Compensation is based on skill level. 
Top Mechanics = Top Pay 
Higher Production = Higher Wage 

$12 to $25 per hour? ... fuggettabouttit


----------



## 800PoundGuerrilla (Nov 24, 2013)

Then I asked myself, if I were to search: what salary is necessary to live a comfortable life? … what results would I get? So, I did … and got this:

For a place with an average cost of living:
50k is fine for a young single person
90k For a family of 4 with only one parent working
120k for a family of 4 with both parents working (Daycare is going to cost a lot + extra money on commuting and probably eating out more. May need to hire a cleaning service/landscaper/dog walker/etc due to lack of free time)
Add/Subtract a bit depending on where you live. Probably add 20% for California or NYC.

And:

30k buys you independence, no extraneous spending/saving. (1,800/month) 
40k buys you a little more wiggle room for spending/saving (2,400/month) 
50k allows enough room that you should have enough to save and vacation (3,000/month) 
60k is enough that as a single adult you shouldn't ever really worry about money.

Your thoughts?


----------



## lnidrywall (Jan 18, 2010)

I'm located an hour Southwest of Pittsburgh, PA in Eastern Ohio.

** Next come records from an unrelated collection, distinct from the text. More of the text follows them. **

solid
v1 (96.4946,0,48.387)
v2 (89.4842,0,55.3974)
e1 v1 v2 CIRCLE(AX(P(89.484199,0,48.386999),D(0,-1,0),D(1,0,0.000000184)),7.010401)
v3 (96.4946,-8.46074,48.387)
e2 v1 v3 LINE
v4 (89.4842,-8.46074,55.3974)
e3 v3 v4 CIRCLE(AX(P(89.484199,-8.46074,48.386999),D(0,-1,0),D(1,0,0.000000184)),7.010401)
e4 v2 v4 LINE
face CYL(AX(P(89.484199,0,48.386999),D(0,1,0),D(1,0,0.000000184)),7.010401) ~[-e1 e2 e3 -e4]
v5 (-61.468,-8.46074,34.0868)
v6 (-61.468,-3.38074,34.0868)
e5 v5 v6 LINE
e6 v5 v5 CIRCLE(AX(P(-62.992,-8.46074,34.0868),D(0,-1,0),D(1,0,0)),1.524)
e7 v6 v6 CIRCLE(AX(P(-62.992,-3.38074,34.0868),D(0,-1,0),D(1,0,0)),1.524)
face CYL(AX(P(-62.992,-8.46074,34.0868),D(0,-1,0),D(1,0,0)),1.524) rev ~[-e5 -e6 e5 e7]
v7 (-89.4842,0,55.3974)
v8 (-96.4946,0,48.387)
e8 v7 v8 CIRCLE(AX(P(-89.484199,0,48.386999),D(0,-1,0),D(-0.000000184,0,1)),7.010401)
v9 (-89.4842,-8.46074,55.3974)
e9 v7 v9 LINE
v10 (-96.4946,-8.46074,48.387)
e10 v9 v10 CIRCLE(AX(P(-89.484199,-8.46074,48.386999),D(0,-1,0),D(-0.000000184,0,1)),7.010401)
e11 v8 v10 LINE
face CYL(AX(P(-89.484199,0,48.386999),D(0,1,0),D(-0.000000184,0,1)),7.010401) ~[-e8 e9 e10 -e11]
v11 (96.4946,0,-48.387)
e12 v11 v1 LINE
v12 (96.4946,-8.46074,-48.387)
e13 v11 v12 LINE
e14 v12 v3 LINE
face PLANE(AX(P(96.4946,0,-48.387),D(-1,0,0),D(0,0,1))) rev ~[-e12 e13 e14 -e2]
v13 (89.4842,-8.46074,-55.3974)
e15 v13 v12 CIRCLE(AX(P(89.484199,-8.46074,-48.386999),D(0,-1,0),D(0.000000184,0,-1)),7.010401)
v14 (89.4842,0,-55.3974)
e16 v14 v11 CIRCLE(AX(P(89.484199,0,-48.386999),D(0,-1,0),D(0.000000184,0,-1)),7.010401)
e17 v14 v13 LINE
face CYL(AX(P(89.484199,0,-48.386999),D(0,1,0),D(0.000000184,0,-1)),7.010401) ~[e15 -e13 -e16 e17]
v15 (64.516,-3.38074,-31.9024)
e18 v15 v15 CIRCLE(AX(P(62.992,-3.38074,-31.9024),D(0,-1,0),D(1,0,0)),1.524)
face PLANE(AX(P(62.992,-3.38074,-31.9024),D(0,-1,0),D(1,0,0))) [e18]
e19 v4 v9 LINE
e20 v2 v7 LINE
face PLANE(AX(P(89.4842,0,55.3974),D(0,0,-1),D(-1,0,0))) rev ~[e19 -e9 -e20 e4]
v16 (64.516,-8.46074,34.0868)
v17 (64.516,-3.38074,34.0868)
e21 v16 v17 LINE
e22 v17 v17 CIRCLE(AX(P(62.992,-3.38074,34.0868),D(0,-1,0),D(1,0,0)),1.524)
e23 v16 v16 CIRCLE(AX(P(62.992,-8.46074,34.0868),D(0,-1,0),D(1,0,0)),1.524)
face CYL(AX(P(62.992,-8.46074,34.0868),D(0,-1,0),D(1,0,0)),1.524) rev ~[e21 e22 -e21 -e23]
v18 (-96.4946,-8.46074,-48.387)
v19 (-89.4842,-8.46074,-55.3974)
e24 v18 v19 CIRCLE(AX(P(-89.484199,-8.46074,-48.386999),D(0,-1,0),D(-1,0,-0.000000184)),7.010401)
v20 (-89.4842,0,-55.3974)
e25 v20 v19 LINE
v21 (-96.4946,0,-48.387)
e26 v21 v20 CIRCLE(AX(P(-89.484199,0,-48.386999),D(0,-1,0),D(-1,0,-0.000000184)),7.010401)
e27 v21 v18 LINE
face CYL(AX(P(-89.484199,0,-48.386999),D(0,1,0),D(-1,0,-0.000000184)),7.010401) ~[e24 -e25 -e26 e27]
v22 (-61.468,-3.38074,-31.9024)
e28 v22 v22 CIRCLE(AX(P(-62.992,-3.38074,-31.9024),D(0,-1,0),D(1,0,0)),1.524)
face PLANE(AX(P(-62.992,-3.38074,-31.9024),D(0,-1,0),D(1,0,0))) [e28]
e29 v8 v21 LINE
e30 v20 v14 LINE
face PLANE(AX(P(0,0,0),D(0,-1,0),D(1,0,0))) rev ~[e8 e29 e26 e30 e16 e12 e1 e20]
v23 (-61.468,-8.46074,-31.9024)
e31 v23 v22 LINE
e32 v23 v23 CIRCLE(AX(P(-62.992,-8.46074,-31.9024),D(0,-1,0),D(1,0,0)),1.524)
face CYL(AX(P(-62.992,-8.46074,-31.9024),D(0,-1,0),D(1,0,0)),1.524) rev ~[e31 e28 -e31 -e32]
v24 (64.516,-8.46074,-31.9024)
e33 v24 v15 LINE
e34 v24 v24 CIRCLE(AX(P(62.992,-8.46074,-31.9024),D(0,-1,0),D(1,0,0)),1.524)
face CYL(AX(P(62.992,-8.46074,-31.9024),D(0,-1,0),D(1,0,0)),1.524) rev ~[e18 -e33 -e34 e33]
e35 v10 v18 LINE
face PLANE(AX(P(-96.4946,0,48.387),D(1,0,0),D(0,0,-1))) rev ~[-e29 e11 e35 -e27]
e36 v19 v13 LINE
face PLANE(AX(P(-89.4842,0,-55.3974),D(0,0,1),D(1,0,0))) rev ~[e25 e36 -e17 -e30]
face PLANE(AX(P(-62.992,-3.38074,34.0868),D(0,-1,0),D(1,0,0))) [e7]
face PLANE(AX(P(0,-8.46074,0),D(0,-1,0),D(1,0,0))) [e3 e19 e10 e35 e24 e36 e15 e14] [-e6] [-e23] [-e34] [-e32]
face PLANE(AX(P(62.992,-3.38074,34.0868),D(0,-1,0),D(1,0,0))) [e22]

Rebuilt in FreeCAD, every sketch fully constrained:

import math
import FreeCAD as App
import Part
import Sketcher
from FreeCAD import Vector
Q = App.Units.Quantity

doc = App.newDocument("Part")
body = doc.addObject("PartDesign::Body", "Body")

# Sketch on XZ plane
sketch1 = body.newObject("Sketcher::SketchObject", "Sketch")
sketch1.AttachmentSupport = (doc.getObject("XZ_Plane"), [""])
sketch1.MapMode = "FlatFace"
sketch1.addGeometry([
    Part.ArcOfCircle(Part.Circle(Vector(89, 48, 0), Vector(0, 0, 1), 7), math.radians(0), math.radians(90)),  # 0
    Part.LineSegment(Vector(89, 55, 0), Vector(-89, 55, 0)),  # 1
    Part.ArcOfCircle(Part.Circle(Vector(-89, 48, 0), Vector(0, 0, 1), 7), math.radians(90), math.radians(180)),  # 2
    Part.LineSegment(Vector(-96, 48, 0), Vector(-96, -48, 0)),  # 3
    Part.ArcOfCircle(Part.Circle(Vector(-89, -48, 0), Vector(0, 0, 1), 7), math.radians(-180), math.radians(-90)),  # 4
    Part.LineSegment(Vector(-89, -55, 0), Vector(89, -55, 0)),  # 5
    Part.ArcOfCircle(Part.Circle(Vector(89, -48, 0), Vector(0, 0, 1), 7), math.radians(-90), math.radians(0)),  # 6
    Part.LineSegment(Vector(96, -48, 0), Vector(96, 48, 0)),  # 7
], False)
sketch1.addConstraint([
    Sketcher.Constraint("Tangent", 0, 2, 1, 1),
    Sketcher.Constraint("Tangent", 1, 2, 2, 1),
    Sketcher.Constraint("Tangent", 2, 2, 3, 1),
    Sketcher.Constraint("Tangent", 3, 2, 4, 1),
    Sketcher.Constraint("Tangent", 4, 2, 5, 1),
    Sketcher.Constraint("Tangent", 5, 2, 6, 1),
    Sketcher.Constraint("Tangent", 6, 2, 7, 1),
    Sketcher.Constraint("Tangent", 7, 2, 0, 1),
    Sketcher.Constraint("Horizontal", 1),
    Sketcher.Constraint("Vertical", 3),
    Sketcher.Constraint("Horizontal", 5),
    Sketcher.Constraint("Vertical", 7),
    Sketcher.Constraint("Equal", 0, 2),
    Sketcher.Constraint("Equal", 2, 4),
    Sketcher.Constraint("Equal", 4, 6),
    Sketcher.Constraint("Symmetric", 0, 3, 4, 3, -1, 1),
    Sketcher.Constraint("Radius", 0, Q("0.2760001 in")),
    Sketcher.Constraint("DistanceY", 3, 2, 3, 1, Q("3.81 in")),
    Sketcher.Constraint("DistanceX", 1, 2, 1, 1, Q("7.046 in")),
])
pad1 = body.newObject("PartDesign::Pad", "Pad")
pad1.Profile = sketch1
pad1.Length = Q("0.3331 in")

# Sketch on XZ plane
sketch2 = body.newObject("Sketcher::SketchObject", "Sketch001")
sketch2.AttachmentSupport = (doc.getObject("XZ_Plane"), [""])
sketch2.MapMode = "FlatFace"
sketch2.AttachmentOffset = App.Placement(Vector(0, 0, 0.3331 * 25.4), App.Rotation())
sketch2.addGeometry([
    Part.Circle(Vector(-63, 34.1, 0), Vector(0, 0, 1), 1.5),
    Part.Circle(Vector(63, 34.1, 0), Vector(0, 0, 1), 1.5),
    Part.Circle(Vector(63, -31.9, 0), Vector(0, 0, 1), 1.5),
    Part.Circle(Vector(-63, -31.9, 0), Vector(0, 0, 1), 1.5),
], False)
sketch2.addConstraint([
    Sketcher.Constraint("Equal", 0, 1),
    Sketcher.Constraint("Equal", 1, 2),
    Sketcher.Constraint("Equal", 2, 3),
    Sketcher.Constraint("Symmetric", 0, 3, 1, 3, -2),
    Sketcher.Constraint("Symmetric", 2, 3, 3, 3, -2),
    Sketcher.Constraint("Vertical", 1, 3, 2, 3),
    Sketcher.Constraint("Diameter", 0, Q("0.12 in")),
    Sketcher.Constraint("DistanceX", 0, 3, -1, 1, Q("2.48 in")),
    Sketcher.Constraint("DistanceY", -1, 1, 0, 3, Q("1.342 in")),
    Sketcher.Constraint("DistanceY", 2, 3, -1, 1, Q("1.256 in")),
])
pocket1 = body.newObject("PartDesign::Pocket", "Pocket")
pocket1.Profile = sketch2
pocket1.Length = Q("0.2 in")

doc.recompute()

I've been building my business here for almost 25 years. We never really had a slow time. In 2008 when things slowed down nationally we stayed busy right through. Now, no matter what I offer to pay all I get is half a$$ work and excuses. We have a small group of guys that know what they're doing and that's about it. I've learned in recent times that if someone is calling looking for work they're more than likely a joke.
What is top pay? Every regional market is different and everyone's spending habits and lifestyles are different. You can't post any sort of pay rate on this site without someone (who doesn't understand the cost of living difference between Shadyside, OH and New York City) making a smart-a$$ remark. The average household income in my county is $44,400 a year. If it were possible for me to find a finisher that knew what he was doing, he could take off ten holidays, weekends and a weeks vacation and earn $74,000 a year on payroll. Again, every market's different, no need to bash me. It doesn't matter, there's no one to hire.


----------



## DP5156 (Jun 29, 2017)

We see the same thing. Everybody wants more and more money. But no one will man up and earn it. I make about 80k a year as a sort of superintendent working 55-60 hours a week most of the time. Our field guys make 40k to 60k. I find it hard to believe there’s not something better out there. Where are you located where your finishers make 75k?


----------



## endo_alley_revisited (Aug 9, 2016)

lnidrywall said:


> I'm located an hour Southwest of Pittsburgh, PA in Eastern Ohio. I've been building my business here for almost 25 years. We never really had a slow time. In 2008 when things slowed down nationally we stayed busy right through. Now, no matter what I offer to pay all I get is half a$$ work and excuses. We have a small group of guys that know what they're doing and that's about it. I've learned in recent times that if someone is calling looking for work they're more than likely a joke.
> What is top pay? Every regional market is different and everyone's spending habits and lifestyles are different. You can't post any sort of pay rate on this site without someone (who doesn't understand the cost of living difference between Shadyside, OH and New York City) making a smart-a$$ remark. The average household income in my county is $44,400 a year. If it were possible for me to find a finisher that knew what he was doing, he could take off ten holidays, weekends and a weeks vacation and earn $74,000 a year on payroll. Again, every market's different, no need to bash me. It doesn't matter, there's no one to hire.



Why not train them? Are you a top notch finisher yourself? If so, show the tips of the trade to the guys who are learning. If you are not a top notch finisher yourself, partner the new guys with someone who is.


----------



## lnidrywall (Jan 18, 2010)

endo_alley_revisited said:


> Why not train them? Are you a top notch finisher yourself? If so, show the tips of the trade to the guys who are learning. If you are not a top notch finisher yourself, partner the new guys with someone who is.


I like that idea. That's how a healthy company should operate. Our problem isn't that our younger guys aren't learning proper techniques. Our problem is that we don't have younger guys learning anything. We don't have younger guys! I'll teach anybody who wants to learn, if they would just show up.


----------



## Krisb (Jul 28, 2019)

Hi all. Just read this thread and I'd be more than happy to relocate from Australia to the US for work. I've got 25 plus years in the trade.


----------